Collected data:

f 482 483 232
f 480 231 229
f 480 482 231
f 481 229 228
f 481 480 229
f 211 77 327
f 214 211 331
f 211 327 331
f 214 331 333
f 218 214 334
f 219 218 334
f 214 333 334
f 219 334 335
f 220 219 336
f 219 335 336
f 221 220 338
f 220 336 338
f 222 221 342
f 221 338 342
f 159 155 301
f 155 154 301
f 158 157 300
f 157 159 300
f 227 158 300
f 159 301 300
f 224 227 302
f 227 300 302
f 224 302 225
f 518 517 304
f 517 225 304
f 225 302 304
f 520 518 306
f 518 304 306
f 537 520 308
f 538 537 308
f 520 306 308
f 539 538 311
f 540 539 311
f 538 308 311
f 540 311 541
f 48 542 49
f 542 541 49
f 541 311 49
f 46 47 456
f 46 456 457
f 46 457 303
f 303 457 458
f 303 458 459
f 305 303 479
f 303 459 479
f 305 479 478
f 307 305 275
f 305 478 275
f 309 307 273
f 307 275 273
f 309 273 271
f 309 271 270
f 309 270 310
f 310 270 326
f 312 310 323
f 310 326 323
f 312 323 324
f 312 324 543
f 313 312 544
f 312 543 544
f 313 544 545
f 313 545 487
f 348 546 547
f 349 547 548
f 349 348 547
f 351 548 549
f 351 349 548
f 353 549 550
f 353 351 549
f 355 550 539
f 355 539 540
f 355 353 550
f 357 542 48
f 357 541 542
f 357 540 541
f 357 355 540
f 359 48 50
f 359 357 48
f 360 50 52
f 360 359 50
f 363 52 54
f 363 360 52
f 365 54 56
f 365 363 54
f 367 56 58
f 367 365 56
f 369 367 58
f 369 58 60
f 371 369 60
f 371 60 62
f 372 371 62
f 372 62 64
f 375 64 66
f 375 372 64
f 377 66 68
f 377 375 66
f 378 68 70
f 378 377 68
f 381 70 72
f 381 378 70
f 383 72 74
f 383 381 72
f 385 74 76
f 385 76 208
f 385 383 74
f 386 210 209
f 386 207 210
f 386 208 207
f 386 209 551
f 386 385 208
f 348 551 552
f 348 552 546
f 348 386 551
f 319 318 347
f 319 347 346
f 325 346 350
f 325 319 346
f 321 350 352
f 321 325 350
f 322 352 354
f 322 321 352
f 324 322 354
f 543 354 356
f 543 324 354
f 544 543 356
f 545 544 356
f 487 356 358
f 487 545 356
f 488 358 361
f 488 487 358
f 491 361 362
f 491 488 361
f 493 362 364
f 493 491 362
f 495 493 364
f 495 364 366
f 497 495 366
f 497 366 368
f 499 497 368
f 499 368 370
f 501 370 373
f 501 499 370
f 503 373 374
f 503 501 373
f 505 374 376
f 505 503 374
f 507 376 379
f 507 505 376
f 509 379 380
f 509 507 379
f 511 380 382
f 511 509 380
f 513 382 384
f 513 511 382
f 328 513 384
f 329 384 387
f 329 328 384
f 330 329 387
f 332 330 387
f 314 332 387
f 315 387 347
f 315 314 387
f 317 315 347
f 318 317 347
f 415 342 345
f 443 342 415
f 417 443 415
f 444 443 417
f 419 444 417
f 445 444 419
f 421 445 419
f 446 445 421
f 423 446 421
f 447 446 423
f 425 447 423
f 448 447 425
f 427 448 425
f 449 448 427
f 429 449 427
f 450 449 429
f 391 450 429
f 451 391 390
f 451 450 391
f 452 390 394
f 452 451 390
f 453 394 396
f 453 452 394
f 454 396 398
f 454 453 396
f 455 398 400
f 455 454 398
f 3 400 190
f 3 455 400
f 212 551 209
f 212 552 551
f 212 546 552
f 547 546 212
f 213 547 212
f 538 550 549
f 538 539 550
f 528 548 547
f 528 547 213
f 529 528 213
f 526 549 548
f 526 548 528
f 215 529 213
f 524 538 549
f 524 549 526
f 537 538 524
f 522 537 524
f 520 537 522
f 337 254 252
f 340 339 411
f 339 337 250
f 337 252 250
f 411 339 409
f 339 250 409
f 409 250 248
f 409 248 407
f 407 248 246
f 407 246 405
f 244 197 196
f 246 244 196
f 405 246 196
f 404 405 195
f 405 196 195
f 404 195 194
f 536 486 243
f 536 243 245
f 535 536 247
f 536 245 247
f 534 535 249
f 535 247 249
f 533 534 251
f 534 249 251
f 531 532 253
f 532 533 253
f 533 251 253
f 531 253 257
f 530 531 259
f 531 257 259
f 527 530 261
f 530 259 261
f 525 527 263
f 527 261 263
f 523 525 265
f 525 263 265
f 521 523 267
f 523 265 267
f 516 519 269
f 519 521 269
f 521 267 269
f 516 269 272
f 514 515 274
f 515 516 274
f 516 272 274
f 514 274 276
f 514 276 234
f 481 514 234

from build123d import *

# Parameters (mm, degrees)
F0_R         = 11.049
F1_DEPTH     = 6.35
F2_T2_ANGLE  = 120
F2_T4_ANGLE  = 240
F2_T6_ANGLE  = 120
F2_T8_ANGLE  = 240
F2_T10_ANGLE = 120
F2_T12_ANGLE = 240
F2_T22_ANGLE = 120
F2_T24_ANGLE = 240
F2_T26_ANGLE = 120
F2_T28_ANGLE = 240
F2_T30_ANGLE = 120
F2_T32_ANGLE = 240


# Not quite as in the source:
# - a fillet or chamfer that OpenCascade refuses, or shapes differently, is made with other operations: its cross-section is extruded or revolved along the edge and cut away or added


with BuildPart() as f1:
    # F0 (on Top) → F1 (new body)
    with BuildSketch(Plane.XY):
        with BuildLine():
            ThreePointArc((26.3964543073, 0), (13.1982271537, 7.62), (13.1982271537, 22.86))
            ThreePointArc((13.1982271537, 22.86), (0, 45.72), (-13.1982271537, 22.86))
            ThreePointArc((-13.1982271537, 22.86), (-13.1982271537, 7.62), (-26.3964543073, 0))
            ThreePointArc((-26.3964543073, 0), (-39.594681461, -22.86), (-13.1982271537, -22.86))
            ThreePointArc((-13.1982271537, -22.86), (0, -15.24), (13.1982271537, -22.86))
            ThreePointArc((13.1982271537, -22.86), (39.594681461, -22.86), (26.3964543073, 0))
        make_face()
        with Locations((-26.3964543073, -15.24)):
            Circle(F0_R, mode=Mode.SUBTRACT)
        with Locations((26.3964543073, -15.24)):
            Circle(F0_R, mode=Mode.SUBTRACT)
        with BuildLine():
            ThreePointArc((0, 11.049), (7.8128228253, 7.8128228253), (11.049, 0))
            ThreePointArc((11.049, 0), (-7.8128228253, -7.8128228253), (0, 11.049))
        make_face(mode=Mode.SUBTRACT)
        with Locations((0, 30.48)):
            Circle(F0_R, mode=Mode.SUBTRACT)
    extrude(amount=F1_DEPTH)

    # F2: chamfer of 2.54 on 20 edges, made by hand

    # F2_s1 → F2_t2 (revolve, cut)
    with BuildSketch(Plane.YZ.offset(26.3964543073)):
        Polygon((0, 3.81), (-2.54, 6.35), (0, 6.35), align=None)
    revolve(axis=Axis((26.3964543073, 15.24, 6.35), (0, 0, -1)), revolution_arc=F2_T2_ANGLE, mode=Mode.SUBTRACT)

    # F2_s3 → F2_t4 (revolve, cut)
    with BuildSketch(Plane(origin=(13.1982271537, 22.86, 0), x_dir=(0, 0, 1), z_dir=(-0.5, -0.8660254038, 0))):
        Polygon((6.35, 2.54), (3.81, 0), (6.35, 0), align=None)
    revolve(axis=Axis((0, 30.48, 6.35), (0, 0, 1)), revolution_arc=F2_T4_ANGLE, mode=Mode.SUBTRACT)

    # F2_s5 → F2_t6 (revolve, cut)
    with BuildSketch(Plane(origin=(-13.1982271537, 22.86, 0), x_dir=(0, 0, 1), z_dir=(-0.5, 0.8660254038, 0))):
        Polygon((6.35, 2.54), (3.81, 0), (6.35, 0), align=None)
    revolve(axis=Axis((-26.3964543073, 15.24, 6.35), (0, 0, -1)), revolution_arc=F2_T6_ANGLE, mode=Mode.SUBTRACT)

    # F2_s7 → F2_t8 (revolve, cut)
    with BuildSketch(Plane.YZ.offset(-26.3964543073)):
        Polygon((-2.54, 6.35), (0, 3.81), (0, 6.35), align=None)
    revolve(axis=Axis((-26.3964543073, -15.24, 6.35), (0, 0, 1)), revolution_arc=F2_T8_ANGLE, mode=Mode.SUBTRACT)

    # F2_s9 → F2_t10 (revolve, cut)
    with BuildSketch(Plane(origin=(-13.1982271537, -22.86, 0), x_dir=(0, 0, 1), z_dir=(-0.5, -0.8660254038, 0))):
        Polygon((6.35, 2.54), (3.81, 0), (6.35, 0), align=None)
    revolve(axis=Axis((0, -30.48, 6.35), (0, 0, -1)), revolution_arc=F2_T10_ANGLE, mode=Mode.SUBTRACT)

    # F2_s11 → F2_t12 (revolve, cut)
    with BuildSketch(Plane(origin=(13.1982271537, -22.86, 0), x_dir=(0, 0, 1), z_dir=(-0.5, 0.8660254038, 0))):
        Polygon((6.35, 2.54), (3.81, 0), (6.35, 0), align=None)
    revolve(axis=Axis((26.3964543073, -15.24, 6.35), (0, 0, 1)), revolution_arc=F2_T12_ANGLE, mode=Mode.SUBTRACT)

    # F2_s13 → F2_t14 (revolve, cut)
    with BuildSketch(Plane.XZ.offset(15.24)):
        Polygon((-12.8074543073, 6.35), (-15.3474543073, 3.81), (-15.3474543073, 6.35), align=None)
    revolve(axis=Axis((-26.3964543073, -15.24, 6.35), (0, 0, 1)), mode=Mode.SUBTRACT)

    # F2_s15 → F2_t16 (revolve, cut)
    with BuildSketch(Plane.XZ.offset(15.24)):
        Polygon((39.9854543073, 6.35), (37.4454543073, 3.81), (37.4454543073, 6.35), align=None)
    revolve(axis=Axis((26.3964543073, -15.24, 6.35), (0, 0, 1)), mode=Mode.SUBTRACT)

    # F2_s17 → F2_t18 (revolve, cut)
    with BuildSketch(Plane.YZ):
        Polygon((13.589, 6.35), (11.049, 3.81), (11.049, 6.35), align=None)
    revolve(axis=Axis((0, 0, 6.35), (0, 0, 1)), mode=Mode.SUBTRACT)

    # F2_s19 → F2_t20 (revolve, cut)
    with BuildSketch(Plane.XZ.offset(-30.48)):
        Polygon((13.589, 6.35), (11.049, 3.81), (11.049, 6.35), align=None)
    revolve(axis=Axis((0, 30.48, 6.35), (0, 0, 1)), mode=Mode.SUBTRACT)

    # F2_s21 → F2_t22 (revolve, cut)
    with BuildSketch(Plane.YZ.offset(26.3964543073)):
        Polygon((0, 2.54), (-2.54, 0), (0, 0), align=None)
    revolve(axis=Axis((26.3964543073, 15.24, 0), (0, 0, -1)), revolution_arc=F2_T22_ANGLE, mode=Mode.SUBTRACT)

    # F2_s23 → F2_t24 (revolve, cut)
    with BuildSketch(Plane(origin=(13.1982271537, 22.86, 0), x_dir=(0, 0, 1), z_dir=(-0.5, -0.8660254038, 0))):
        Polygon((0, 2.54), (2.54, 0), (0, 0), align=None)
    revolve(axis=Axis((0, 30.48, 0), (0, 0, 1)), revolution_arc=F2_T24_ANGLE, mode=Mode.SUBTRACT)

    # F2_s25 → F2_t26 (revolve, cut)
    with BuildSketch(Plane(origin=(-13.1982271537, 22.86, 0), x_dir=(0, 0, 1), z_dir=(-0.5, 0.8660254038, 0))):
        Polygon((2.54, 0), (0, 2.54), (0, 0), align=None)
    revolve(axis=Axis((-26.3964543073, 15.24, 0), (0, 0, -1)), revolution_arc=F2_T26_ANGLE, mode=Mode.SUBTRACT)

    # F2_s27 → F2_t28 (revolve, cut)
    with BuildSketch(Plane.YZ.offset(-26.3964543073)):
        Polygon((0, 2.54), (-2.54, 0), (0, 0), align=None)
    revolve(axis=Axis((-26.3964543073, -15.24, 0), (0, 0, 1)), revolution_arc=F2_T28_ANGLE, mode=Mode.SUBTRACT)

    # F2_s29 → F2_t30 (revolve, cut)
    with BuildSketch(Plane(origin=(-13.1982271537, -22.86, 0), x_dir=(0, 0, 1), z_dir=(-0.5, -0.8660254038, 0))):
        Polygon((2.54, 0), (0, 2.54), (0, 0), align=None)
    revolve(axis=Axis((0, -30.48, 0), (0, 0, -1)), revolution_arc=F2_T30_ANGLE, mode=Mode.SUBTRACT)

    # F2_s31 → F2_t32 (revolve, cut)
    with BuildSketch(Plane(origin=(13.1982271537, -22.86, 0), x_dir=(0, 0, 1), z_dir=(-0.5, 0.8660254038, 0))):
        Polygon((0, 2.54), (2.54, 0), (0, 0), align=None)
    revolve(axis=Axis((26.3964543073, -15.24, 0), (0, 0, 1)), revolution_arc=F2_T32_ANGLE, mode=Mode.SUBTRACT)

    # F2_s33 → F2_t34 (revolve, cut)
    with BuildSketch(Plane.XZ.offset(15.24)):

▶ _Exercise details_: Scan the entries above for the line containing "f 488 358 361", and copy it and all lines after it exactly, down to and including the line containing "f 525 527 263".

▶ _Output of the task_:
f 488 358 361
f 488 487 358
f 491 361 362
f 491 488 361
f 493 362 364
f 493 491 362
f 495 493 364
f 495 364 366
f 497 495 366
f 497 366 368
f 499 497 368
f 499 368 370
f 501 370 373
f 501 499 370
f 503 373 374
f 503 501 373
f 505 374 376
f 505 503 374
f 507 376 379
f 507 505 376
f 509 379 380
f 509 507 379
f 511 380 382
f 511 509 380
f 513 382 384
f 513 511 382
f 328 513 384
f 329 384 387
f 329 328 384
f 330 329 387
f 332 330 387
f 314 332 387
f 315 387 347
f 315 314 387
f 317 315 347
f 318 317 347
f 415 342 345
f 443 342 415
f 417 443 415
f 444 443 417
f 419 444 417
f 445 444 419
f 421 445 419
f 446 445 421
f 423 446 421
f 447 446 423
f 425 447 423
f 448 447 425
f 427 448 425
f 449 448 427
f 429 449 427
f 450 449 429
f 391 450 429
f 451 391 390
f 451 450 391
f 452 390 394
f 452 451 390
f 453 394 396
f 453 452 394
f 454 396 398
f 454 453 396
f 455 398 400
f 455 454 398
f 3 400 190
f 3 455 400
f 212 551 209
f 212 552 551
f 212 546 552
f 547 546 212
f 213 547 212
f 538 550 549
f 538 539 550
f 528 548 547
f 528 547 213
f 529 528 213
f 526 549 548
f 526 548 528
f 215 529 213
f 524 538 549
f 524 549 526
f 537 538 524
f 522 537 524
f 520 537 522
f 337 254 252
f 340 339 411
f 339 337 250
f 337 252 250
f 411 339 409
f 339 250 409
f 409 250 248
f 409 248 407
f 407 248 246
f 407 246 405
f 244 197 196
f 246 244 196
f 405 246 196
f 404 405 195
f 405 196 195
f 404 195 194
f 536 486 243
f 536 243 245
f 535 536 247
f 536 245 247
f 534 535 249
f 535 247 249
f 533 534 251
f 534 249 251
f 531 532 253
f 532 533 253
f 533 251 253
f 531 253 257
f 530 531 259
f 531 257 259
f 527 530 261
f 530 259 261
f 525 527 263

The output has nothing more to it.